The air tanks for storing the compressed air are localized underneath the vehicle. They are constructed of reinforced carbon fiber with a thermoplastic liner. Each tank can hold 3,180 ft3 of air at a pressure of up to 4,300 psi. When connected to a special compressor station, the tanks can be recharged within 3-4 minutes. They can also be recharged using the on-board compressor 3-4 hours after connecting to a standard power outlet.

TECHNOLOGY OVERVIEW

These new vehicles incorporate various innovative and novel systems such as storing energy in the form of compressed air, using new materials such as fiberglass to build the car and vegetable oil for the motor lubrication.

scrap

Numerous innovations have been integrated in the engine design. As an example, there is a patented system of articulated conrods that allow the piston to pause at top dead center. The following graph indicates this movement of the piston in relation to the driving shaft rotation.

4. WORKING

Air powered cars run on compressed air instead of gasoline. Since the car is working on air there is no pollution. A two cylinder, compressed air engine, powers the car. The engine can run either on compressed air alone or act as an internal combustion engine. Compressed air is stored in fiber or glass fiber tanks at a pressure of 4351 pounds per square inch. The air is fed through an air injector to the engine and flows into a small chamber, which expands the air. The air pushing down on the piston moves the crankshaft, which gives the vehicle power.

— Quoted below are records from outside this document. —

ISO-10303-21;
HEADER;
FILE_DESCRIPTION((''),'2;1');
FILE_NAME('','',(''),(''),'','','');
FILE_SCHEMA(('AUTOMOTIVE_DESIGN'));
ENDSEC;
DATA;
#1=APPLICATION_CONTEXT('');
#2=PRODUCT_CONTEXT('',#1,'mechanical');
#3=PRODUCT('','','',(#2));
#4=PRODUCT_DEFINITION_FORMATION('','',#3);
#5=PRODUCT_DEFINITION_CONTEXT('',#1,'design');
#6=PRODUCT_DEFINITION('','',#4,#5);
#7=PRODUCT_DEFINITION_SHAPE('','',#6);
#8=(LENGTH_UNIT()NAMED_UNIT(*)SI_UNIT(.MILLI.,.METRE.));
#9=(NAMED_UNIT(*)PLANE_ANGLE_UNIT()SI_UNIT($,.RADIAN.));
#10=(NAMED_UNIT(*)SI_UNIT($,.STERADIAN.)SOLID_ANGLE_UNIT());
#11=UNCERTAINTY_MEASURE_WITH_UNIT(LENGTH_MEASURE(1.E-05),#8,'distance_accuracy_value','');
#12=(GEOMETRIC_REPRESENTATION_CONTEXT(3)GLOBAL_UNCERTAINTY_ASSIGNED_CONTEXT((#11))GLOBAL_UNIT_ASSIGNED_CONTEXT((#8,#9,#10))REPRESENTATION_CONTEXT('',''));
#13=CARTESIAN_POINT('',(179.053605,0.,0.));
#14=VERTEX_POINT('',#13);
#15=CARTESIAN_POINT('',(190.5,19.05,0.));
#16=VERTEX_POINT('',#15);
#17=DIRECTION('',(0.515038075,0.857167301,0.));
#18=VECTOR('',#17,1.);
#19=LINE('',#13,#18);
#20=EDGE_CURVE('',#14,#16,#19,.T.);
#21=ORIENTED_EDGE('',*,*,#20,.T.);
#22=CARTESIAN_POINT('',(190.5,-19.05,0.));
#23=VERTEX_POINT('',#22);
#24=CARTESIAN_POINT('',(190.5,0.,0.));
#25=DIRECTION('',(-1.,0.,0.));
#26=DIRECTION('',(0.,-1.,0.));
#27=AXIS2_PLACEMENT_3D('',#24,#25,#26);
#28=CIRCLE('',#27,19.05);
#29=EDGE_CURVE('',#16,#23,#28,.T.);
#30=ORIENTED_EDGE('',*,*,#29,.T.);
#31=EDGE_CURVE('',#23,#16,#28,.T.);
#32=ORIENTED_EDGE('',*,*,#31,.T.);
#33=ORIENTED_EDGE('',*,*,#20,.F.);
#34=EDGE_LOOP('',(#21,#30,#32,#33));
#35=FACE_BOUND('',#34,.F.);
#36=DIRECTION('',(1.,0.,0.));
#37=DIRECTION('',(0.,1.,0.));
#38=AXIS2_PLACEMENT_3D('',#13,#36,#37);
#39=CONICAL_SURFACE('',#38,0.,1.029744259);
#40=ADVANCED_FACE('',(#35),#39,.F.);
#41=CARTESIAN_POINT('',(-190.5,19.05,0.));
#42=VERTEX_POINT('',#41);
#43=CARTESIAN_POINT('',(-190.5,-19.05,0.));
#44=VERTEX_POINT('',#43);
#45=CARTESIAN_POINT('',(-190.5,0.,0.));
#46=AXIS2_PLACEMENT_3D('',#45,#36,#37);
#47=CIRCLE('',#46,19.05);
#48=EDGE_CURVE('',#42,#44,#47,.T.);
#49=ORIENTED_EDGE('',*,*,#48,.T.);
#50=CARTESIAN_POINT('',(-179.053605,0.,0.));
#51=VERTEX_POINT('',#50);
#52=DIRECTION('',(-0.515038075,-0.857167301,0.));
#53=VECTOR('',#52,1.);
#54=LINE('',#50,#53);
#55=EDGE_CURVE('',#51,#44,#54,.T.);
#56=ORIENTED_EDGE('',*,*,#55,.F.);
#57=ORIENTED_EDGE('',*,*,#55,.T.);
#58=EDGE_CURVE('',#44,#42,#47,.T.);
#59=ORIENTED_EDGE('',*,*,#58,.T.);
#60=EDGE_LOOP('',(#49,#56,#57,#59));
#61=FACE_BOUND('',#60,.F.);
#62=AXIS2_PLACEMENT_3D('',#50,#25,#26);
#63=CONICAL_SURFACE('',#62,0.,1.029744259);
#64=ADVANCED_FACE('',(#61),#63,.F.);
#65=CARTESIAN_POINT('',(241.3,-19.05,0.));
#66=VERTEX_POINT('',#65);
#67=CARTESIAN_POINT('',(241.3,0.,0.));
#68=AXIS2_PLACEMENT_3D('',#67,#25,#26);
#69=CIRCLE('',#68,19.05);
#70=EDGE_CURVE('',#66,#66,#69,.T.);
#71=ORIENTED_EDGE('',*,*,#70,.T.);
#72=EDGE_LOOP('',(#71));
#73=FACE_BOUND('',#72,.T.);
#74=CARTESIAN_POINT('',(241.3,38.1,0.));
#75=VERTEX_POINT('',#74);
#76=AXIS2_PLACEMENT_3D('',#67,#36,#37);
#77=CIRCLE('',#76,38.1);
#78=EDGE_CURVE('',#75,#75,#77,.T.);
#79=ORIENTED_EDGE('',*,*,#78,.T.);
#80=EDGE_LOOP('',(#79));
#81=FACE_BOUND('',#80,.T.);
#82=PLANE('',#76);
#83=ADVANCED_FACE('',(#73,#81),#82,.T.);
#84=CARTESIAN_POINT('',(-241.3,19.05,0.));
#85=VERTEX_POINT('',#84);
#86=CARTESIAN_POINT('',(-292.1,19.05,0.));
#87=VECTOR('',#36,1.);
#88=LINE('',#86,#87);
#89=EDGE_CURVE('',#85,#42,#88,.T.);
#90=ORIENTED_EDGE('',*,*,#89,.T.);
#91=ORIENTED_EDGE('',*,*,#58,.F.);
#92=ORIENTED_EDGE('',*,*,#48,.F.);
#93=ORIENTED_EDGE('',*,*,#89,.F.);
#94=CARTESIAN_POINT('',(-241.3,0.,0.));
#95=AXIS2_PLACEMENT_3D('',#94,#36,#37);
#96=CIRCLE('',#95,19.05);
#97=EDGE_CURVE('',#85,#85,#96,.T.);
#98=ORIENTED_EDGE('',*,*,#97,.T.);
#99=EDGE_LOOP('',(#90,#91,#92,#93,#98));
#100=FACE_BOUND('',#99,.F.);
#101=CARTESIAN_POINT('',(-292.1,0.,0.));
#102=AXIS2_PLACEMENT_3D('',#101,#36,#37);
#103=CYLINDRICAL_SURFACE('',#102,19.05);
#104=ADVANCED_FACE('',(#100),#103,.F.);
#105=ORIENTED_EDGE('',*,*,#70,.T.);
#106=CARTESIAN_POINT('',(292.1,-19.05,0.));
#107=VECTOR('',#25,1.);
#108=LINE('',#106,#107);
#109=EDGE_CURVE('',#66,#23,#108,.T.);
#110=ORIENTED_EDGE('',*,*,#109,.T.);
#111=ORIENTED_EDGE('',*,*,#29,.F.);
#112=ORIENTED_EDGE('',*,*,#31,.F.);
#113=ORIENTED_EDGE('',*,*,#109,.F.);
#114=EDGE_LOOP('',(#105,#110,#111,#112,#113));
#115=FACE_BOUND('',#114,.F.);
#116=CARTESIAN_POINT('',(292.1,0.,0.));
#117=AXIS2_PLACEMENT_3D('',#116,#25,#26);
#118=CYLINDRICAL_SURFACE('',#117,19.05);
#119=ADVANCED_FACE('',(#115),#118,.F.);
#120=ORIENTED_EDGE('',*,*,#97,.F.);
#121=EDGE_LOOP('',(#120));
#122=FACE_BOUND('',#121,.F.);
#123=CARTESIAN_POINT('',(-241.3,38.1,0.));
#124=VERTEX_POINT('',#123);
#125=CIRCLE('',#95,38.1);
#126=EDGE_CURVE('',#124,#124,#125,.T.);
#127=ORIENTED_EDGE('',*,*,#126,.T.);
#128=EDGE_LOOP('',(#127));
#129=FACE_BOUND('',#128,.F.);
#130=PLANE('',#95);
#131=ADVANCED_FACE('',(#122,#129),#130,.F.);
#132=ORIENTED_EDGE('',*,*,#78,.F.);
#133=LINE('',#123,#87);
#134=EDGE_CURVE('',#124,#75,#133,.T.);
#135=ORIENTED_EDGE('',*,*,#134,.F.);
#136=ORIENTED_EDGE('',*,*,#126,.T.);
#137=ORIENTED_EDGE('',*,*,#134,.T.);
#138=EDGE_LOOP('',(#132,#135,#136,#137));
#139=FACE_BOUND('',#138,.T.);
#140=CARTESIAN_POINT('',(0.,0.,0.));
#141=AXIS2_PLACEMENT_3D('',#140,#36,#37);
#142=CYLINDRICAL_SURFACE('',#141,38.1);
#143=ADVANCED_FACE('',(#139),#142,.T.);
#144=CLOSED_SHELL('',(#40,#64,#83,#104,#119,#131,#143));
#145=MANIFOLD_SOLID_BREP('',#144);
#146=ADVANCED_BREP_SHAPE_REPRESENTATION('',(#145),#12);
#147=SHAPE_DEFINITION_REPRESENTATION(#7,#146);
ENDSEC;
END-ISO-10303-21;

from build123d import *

# Parameters (mm, degrees)
F0_R     = 38.1
F1_DEPTH = 241.3
F3_D     = 38.1
F3_DEPTH = 50.8
F3_TIP   = 11.4463947925
F5_D     = 38.1
F5_DEPTH = 50.8
F5_TIP   = 11.4463947925


with BuildPart() as f1:
    # F0 (on Right) → F1 (new body, symmetric)
    with BuildSketch(Plane.YZ):
        Circle(F0_R)
    extrude(amount=F1_DEPTH, both=True)

    # F3
    with Locations(Plane(origin=(-241.3, 0, 0), x_dir=(0, -1, 0), z_dir=(-1, 0, 0))):
        with Locations((0, 0)):
            Hole(F3_D / 2, depth=F3_DEPTH)
            with Locations((0, 0, -(F3_DEPTH + F3_TIP / 2))):  # 118° drill point
                Cone(0, F3_D / 2, F3_TIP, mode=Mode.SUBTRACT)

    # F5
    with Locations(Plane.YZ.offset(241.3)):
        with Locations((0, 0)):
            Hole(F5_D / 2, depth=F5_DEPTH)
            with Locations((0, 0, -(F5_DEPTH + F5_TIP / 2))):  # 118° drill point
                Cone(0, F5_D / 2, F5_TIP, mode=Mode.SUBTRACT)


solid = f1.part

This car is also working on a hybrid version of their engine that can run on hybrid version of their engine that can run on traditional fuel in combination with air. The change of energy source is controlled electronically. When the car is moving at speeds below 60kph,it runs on air. At higher speeds, it runs on a fuel such as gasoline diesel or natural gas.

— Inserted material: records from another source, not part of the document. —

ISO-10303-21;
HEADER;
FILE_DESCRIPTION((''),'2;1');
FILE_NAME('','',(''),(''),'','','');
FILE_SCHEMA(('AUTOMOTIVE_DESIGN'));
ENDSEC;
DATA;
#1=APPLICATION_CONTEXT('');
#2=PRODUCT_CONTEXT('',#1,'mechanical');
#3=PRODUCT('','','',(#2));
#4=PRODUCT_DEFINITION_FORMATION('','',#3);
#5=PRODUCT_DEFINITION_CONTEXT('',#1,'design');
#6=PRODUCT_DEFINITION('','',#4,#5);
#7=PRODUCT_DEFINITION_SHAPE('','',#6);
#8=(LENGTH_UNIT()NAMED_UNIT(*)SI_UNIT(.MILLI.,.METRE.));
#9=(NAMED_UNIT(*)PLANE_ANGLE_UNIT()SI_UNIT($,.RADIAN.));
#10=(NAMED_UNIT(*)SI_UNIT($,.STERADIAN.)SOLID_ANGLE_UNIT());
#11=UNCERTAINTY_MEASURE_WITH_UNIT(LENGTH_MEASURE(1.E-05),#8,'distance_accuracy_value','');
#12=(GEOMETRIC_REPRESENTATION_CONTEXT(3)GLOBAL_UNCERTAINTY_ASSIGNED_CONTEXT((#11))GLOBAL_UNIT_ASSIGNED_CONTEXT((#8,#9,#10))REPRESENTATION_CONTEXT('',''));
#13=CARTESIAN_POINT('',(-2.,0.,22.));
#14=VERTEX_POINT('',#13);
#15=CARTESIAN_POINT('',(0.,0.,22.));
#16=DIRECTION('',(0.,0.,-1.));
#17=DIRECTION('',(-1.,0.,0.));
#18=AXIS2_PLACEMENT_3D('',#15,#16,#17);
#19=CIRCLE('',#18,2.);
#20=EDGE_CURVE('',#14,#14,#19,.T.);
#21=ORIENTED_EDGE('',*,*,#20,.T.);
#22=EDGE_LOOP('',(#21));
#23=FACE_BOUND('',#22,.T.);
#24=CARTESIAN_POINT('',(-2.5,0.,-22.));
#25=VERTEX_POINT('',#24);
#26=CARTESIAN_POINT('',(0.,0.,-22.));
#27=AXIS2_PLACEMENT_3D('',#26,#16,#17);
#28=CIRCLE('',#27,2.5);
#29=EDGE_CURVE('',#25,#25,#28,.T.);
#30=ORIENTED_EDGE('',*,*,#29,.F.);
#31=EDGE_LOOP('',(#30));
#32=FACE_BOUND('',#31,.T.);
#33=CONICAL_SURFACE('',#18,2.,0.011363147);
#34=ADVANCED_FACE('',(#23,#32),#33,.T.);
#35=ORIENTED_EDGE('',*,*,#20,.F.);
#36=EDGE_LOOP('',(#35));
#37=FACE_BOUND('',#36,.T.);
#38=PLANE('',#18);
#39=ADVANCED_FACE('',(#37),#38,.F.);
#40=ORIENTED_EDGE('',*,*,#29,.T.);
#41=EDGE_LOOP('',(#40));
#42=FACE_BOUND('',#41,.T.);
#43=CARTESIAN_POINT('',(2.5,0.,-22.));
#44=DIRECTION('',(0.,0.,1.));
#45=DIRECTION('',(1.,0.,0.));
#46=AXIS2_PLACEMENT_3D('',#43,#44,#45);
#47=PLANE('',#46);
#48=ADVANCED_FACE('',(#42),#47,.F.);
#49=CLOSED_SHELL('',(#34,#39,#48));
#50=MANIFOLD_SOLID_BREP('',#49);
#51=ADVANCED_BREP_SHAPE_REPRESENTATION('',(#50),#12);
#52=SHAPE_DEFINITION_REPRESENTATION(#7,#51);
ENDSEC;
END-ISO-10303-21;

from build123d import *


with BuildPart() as part:
    # Sketch1 → Revolve1 (revolve)
    with BuildSketch(Plane(origin=(0, 0, 0), x_dir=(1, 0, 0), z_dir=(0, 1, 0))):
        Polygon((0, 22), (0, -22), (2, -22), (2.5, 22), align=None)
    revolve(axis=Axis((0, 0, -92.737159153), (0, 0, 1)))


solid = part.part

Air tanks fixed to the underside of the vehicle can hold about 79 gallons (300 litres) of air. This compressed air can fuel the car upto 200km at a top speed of 96.5kph.When the tank nears empty it can be refilled at the nearest air pump. The car motors require a small amount of oil about 0.8 litres worth that have to change just every 50,000km.

4.1 GEAR BOX

Gear changes are automatic, powered by an electronic system device. A computer which controls the speed of the car is effectively continuously changing gears. The latest of many previous versions, this gearbox achieves the objective of seamless changes and minimal energy consumption.

4.2 DISTRIBUTION AND VALVES

To ensure smooth running and to optimize energy efficiency, engines use a simple electromagnetic distribution system which controls the flow of air into the engine. This system runs on very little energy and alters neither the valve phase nor its rise.

4.3 MOTO-ALTERNATOR

The moto-alternator connects the engine to the gearbox. It has many functions:

  • It supports the vehicles motor to allow the tanks to be refilled.
  • As an alternator it produces brake power

It starts the vehicle and provides extra power when necessary.